Source records
☆ ☆ ☆ ☆ ☆

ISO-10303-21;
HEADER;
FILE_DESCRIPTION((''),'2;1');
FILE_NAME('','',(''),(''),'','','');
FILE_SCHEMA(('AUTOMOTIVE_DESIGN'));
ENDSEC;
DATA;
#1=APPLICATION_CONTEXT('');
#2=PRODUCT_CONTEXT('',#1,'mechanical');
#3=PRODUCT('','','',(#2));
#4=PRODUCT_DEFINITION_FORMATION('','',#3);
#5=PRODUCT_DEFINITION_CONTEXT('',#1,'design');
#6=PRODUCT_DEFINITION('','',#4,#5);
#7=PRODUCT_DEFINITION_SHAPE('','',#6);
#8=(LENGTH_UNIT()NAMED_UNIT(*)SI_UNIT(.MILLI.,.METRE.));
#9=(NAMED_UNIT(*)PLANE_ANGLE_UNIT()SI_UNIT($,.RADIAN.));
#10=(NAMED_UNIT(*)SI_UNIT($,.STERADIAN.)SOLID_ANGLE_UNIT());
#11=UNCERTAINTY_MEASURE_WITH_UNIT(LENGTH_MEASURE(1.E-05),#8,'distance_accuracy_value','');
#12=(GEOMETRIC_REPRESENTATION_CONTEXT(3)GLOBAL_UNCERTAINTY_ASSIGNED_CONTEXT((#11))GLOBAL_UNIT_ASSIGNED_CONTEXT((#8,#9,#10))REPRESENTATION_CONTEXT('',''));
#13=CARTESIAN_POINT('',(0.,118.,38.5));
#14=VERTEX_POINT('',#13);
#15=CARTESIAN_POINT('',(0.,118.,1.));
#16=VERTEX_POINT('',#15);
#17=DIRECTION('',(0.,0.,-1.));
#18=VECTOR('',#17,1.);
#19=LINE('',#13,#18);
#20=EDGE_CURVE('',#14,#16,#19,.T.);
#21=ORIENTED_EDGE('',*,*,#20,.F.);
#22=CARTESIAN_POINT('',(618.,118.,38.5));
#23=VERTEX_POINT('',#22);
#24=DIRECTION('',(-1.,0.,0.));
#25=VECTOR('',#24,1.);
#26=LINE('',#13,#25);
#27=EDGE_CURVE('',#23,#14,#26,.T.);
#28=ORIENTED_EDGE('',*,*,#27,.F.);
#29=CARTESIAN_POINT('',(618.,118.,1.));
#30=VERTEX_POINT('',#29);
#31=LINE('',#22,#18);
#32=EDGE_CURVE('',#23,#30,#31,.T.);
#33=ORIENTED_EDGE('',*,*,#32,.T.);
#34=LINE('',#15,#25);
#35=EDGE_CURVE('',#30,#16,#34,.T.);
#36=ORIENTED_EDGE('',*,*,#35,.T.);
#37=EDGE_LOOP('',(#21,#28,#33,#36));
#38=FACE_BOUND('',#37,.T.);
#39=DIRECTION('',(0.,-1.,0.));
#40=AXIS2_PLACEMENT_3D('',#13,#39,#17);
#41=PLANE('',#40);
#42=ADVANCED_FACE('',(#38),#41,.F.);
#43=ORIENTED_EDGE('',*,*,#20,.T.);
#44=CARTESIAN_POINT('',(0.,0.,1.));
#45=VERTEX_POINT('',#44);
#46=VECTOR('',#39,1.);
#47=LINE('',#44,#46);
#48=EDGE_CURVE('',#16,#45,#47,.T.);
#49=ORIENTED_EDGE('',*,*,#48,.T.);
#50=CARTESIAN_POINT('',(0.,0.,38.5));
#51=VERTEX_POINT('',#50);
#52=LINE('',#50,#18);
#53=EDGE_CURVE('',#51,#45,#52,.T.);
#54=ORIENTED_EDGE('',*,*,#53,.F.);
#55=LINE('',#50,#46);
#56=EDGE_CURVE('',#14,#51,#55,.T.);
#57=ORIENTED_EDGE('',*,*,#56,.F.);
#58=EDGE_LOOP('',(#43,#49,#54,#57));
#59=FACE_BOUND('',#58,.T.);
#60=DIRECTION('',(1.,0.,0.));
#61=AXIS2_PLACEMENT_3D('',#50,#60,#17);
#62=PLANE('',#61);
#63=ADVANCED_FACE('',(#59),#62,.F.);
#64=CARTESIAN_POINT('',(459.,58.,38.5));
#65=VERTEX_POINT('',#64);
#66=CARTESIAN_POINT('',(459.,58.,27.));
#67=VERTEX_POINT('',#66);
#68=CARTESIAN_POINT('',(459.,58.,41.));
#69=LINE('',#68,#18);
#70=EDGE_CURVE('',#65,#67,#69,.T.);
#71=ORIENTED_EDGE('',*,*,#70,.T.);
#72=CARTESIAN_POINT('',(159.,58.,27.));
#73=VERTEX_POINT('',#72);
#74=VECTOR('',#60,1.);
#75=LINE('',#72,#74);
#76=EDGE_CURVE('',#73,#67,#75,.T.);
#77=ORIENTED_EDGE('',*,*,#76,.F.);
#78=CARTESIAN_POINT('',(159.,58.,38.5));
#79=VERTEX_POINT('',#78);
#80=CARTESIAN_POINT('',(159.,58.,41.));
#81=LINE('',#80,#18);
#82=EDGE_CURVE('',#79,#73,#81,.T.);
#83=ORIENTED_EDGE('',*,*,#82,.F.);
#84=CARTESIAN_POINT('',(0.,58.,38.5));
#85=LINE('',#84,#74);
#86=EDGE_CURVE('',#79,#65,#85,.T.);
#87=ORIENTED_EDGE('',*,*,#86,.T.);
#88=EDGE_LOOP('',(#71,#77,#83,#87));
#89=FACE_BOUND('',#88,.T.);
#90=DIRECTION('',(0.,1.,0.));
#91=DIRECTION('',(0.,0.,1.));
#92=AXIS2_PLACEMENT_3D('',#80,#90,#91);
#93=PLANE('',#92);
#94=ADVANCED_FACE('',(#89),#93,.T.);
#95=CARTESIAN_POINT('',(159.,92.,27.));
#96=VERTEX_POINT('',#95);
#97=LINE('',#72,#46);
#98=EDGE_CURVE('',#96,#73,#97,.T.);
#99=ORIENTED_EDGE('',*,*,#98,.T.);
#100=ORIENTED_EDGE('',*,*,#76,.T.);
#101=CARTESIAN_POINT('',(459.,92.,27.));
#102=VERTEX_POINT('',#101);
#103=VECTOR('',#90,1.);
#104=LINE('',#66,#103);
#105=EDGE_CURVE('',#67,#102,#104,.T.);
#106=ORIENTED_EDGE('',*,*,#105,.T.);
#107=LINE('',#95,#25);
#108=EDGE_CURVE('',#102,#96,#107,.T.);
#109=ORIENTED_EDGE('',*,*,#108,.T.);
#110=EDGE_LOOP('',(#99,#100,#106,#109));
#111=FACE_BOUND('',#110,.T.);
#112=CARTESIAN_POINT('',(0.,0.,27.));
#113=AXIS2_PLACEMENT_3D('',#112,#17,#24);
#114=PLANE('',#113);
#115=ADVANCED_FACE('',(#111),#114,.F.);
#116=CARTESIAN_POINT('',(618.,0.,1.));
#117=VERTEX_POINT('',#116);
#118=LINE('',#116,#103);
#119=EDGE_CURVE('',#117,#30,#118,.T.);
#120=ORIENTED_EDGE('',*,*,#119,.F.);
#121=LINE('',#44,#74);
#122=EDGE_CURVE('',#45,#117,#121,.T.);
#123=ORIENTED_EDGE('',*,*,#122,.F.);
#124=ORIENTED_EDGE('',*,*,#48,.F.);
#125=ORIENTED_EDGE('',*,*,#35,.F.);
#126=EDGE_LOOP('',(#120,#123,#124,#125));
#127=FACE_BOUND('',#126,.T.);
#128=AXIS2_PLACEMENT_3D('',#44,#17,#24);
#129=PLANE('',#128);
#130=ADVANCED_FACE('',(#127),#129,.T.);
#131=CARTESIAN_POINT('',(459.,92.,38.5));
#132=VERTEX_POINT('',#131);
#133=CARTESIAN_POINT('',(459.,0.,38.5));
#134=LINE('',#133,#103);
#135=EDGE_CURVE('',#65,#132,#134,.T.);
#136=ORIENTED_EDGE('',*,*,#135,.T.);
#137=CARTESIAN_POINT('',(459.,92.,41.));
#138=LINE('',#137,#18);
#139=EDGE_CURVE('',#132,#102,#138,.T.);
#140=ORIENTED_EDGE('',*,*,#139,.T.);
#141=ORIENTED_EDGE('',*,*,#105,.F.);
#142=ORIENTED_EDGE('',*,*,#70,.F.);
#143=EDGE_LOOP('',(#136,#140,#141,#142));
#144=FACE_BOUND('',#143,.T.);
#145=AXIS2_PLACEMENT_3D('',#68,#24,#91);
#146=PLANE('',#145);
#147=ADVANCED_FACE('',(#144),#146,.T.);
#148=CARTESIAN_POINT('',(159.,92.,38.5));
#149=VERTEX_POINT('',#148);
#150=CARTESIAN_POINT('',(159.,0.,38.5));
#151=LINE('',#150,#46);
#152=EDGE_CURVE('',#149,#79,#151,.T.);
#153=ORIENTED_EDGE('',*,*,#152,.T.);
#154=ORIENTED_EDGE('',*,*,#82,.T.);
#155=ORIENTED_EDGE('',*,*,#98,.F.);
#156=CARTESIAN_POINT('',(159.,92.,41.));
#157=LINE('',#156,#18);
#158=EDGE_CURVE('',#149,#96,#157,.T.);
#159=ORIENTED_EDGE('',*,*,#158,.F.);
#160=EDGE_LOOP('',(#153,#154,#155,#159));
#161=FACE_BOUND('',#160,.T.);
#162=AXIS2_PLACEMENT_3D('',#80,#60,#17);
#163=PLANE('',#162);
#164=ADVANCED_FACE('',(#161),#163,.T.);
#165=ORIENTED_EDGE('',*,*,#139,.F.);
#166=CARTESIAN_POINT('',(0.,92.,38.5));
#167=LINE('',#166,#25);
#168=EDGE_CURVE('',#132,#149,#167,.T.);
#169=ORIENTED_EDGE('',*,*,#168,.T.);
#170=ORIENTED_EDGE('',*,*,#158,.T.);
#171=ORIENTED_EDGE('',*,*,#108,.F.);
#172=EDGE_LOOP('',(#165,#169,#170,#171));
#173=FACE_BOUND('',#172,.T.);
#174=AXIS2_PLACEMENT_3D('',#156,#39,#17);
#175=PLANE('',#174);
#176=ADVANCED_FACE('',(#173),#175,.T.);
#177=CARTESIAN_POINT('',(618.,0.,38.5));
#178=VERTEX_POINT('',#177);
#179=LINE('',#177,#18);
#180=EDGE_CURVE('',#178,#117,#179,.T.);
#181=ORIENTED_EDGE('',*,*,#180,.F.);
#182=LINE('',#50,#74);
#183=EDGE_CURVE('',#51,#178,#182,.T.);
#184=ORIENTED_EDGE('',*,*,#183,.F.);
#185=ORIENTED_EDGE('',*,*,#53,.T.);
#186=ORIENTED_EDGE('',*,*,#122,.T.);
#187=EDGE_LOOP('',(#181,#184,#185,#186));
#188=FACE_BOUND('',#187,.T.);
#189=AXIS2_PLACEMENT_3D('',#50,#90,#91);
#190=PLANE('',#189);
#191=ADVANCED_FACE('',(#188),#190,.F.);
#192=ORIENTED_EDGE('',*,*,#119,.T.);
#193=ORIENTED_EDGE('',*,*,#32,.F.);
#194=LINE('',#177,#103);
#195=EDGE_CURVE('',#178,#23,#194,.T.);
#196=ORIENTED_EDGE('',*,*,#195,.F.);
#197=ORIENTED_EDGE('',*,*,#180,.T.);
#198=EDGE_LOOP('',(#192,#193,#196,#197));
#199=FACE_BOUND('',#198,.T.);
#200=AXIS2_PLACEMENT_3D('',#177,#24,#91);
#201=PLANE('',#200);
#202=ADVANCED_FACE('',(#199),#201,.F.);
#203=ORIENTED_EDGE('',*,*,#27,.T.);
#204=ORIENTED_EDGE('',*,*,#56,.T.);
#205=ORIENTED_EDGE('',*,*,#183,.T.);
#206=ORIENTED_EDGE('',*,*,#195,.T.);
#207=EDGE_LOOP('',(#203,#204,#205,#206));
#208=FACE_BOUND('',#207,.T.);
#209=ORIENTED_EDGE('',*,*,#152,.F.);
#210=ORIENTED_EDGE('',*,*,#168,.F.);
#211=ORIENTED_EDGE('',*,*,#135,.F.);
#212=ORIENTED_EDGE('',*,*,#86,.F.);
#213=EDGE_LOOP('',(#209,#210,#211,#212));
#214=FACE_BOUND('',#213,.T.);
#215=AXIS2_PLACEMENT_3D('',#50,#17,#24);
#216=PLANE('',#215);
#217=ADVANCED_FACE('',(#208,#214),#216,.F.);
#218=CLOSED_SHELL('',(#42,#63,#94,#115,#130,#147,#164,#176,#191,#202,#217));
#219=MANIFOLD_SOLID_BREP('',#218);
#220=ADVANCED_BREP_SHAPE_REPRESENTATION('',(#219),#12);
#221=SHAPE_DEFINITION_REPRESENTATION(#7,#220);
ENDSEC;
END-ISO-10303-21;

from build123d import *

# Parameters (mm, degrees)
CEK_ICECEK_ON_PU_37_5_1_START = 1
SKETCH1_W                     = 618
SKETCH1_H                     = 118
CEK_ICECEK_ON_PU_37_5_1_DEPTH = 37.5
CEK_ICECEK_ON_PU_37_5_2_START = 27
SKETCH2_W                     = 300
SKETCH2_H                     = 34
CEK_ICECEK_ON_PU_37_5_2_DEPTH = 14


with BuildPart() as part:
    # Sketch1 → CEK_icecek_on_pu_37.5_1 (new body)
    with BuildSketch(Plane.XY.offset(CEK_ICECEK_ON_PU_37_5_1_START)):
        with Locations((309, 59)):
            Rectangle(SKETCH1_W, SKETCH1_H)
    extrude(amount=CEK_ICECEK_ON_PU_37_5_1_DEPTH)

    # Sketch2 → CEK_icecek_on_pu_37.5_2 (cut)
    with BuildSketch(Plane.XY.offset(CEK_ICECEK_ON_PU_37_5_2_START)):
        with Locations((309, 75)):
            Rectangle(SKETCH2_W, SKETCH2_H)
    extrude(amount=CEK_ICECEK_ON_PU_37_5_2_DEPTH, mode=Mode.SUBTRACT)


solid = part.part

☆ ☆ ☆ ☆ ☆

_Work required_
The stretch of entries above that starts with the line containing "#109=ORIENTED_EDGE('',*,*,#108,.T.);" and goes on through the line containing "#172=EDGE_LOOP('',(#165,#169,#170,#171));" is to be transcribed exactly, and no other line is to be transcribed.

_Expected output_
#109=ORIENTED_EDGE('',*,*,#108,.T.);
#110=EDGE_LOOP('',(#99,#100,#106,#109));
#111=FACE_BOUND('',#110,.T.);
#112=CARTESIAN_POINT('',(0.,0.,27.));
#113=AXIS2_PLACEMENT_3D('',#112,#17,#24);
#114=PLANE('',#113);
#115=ADVANCED_FACE('',(#111),#114,.F.);
#116=CARTESIAN_POINT('',(618.,0.,1.));
#117=VERTEX_POINT('',#116);
#118=LINE('',#116,#103);
#119=EDGE_CURVE('',#117,#30,#118,.T.);
#120=ORIENTED_EDGE('',*,*,#119,.F.);
#121=LINE('',#44,#74);
#122=EDGE_CURVE('',#45,#117,#121,.T.);
#123=ORIENTED_EDGE('',*,*,#122,.F.);
#124=ORIENTED_EDGE('',*,*,#48,.F.);
#125=ORIENTED_EDGE('',*,*,#35,.F.);
#126=EDGE_LOOP('',(#120,#123,#124,#125));
#127=FACE_BOUND('',#126,.T.);
#128=AXIS2_PLACEMENT_3D('',#44,#17,#24);
#129=PLANE('',#128);
#130=ADVANCED_FACE('',(#127),#129,.T.);
#131=CARTESIAN_POINT('',(459.,92.,38.5));
#132=VERTEX_POINT('',#131);
#133=CARTESIAN_POINT('',(459.,0.,38.5));
#134=LINE('',#133,#103);
#135=EDGE_CURVE('',#65,#132,#134,.T.);
#136=ORIENTED_EDGE('',*,*,#135,.T.);
#137=CARTESIAN_POINT('',(459.,92.,41.));
#138=LINE('',#137,#18);
#139=EDGE_CURVE('',#132,#102,#138,.T.);
#140=ORIENTED_EDGE('',*,*,#139,.T.);
#141=ORIENTED_EDGE('',*,*,#105,.F.);
#142=ORIENTED_EDGE('',*,*,#70,.F.);
#143=EDGE_LOOP('',(#136,#140,#141,#142));
#144=FACE_BOUND('',#143,.T.);
#145=AXIS2_PLACEMENT_3D('',#68,#24,#91);
#146=PLANE('',#145);
#147=ADVANCED_FACE('',(#144),#146,.T.);
#148=CARTESIAN_POINT('',(159.,92.,38.5));
#149=VERTEX_POINT('',#148);
#150=CARTESIAN_POINT('',(159.,0.,38.5));
#151=LINE('',#150,#46);
#152=EDGE_CURVE('',#149,#79,#151,.T.);
#153=ORIENTED_EDGE('',*,*,#152,.T.);
#154=ORIENTED_EDGE('',*,*,#82,.T.);
#155=ORIENTED_EDGE('',*,*,#98,.F.);
#156=CARTESIAN_POINT('',(159.,92.,41.));
#157=LINE('',#156,#18);
#158=EDGE_CURVE('',#149,#96,#157,.T.);
#159=ORIENTED_EDGE('',*,*,#158,.F.);
#160=EDGE_LOOP('',(#153,#154,#155,#159));
#161=FACE_BOUND('',#160,.T.);
#162=AXIS2_PLACEMENT_3D('',#80,#60,#17);
#163=PLANE('',#162);
#164=ADVANCED_FACE('',(#161),#163,.T.);
#165=ORIENTED_EDGE('',*,*,#139,.F.);
#166=CARTESIAN_POINT('',(0.,92.,38.5));
#167=LINE('',#166,#25);
#168=EDGE_CURVE('',#132,#149,#167,.T.);
#169=ORIENTED_EDGE('',*,*,#168,.T.);
#170=ORIENTED_EDGE('',*,*,#158,.T.);
#171=ORIENTED_EDGE('',*,*,#108,.F.);
#172=EDGE_LOOP('',(#165,#169,#170,#171));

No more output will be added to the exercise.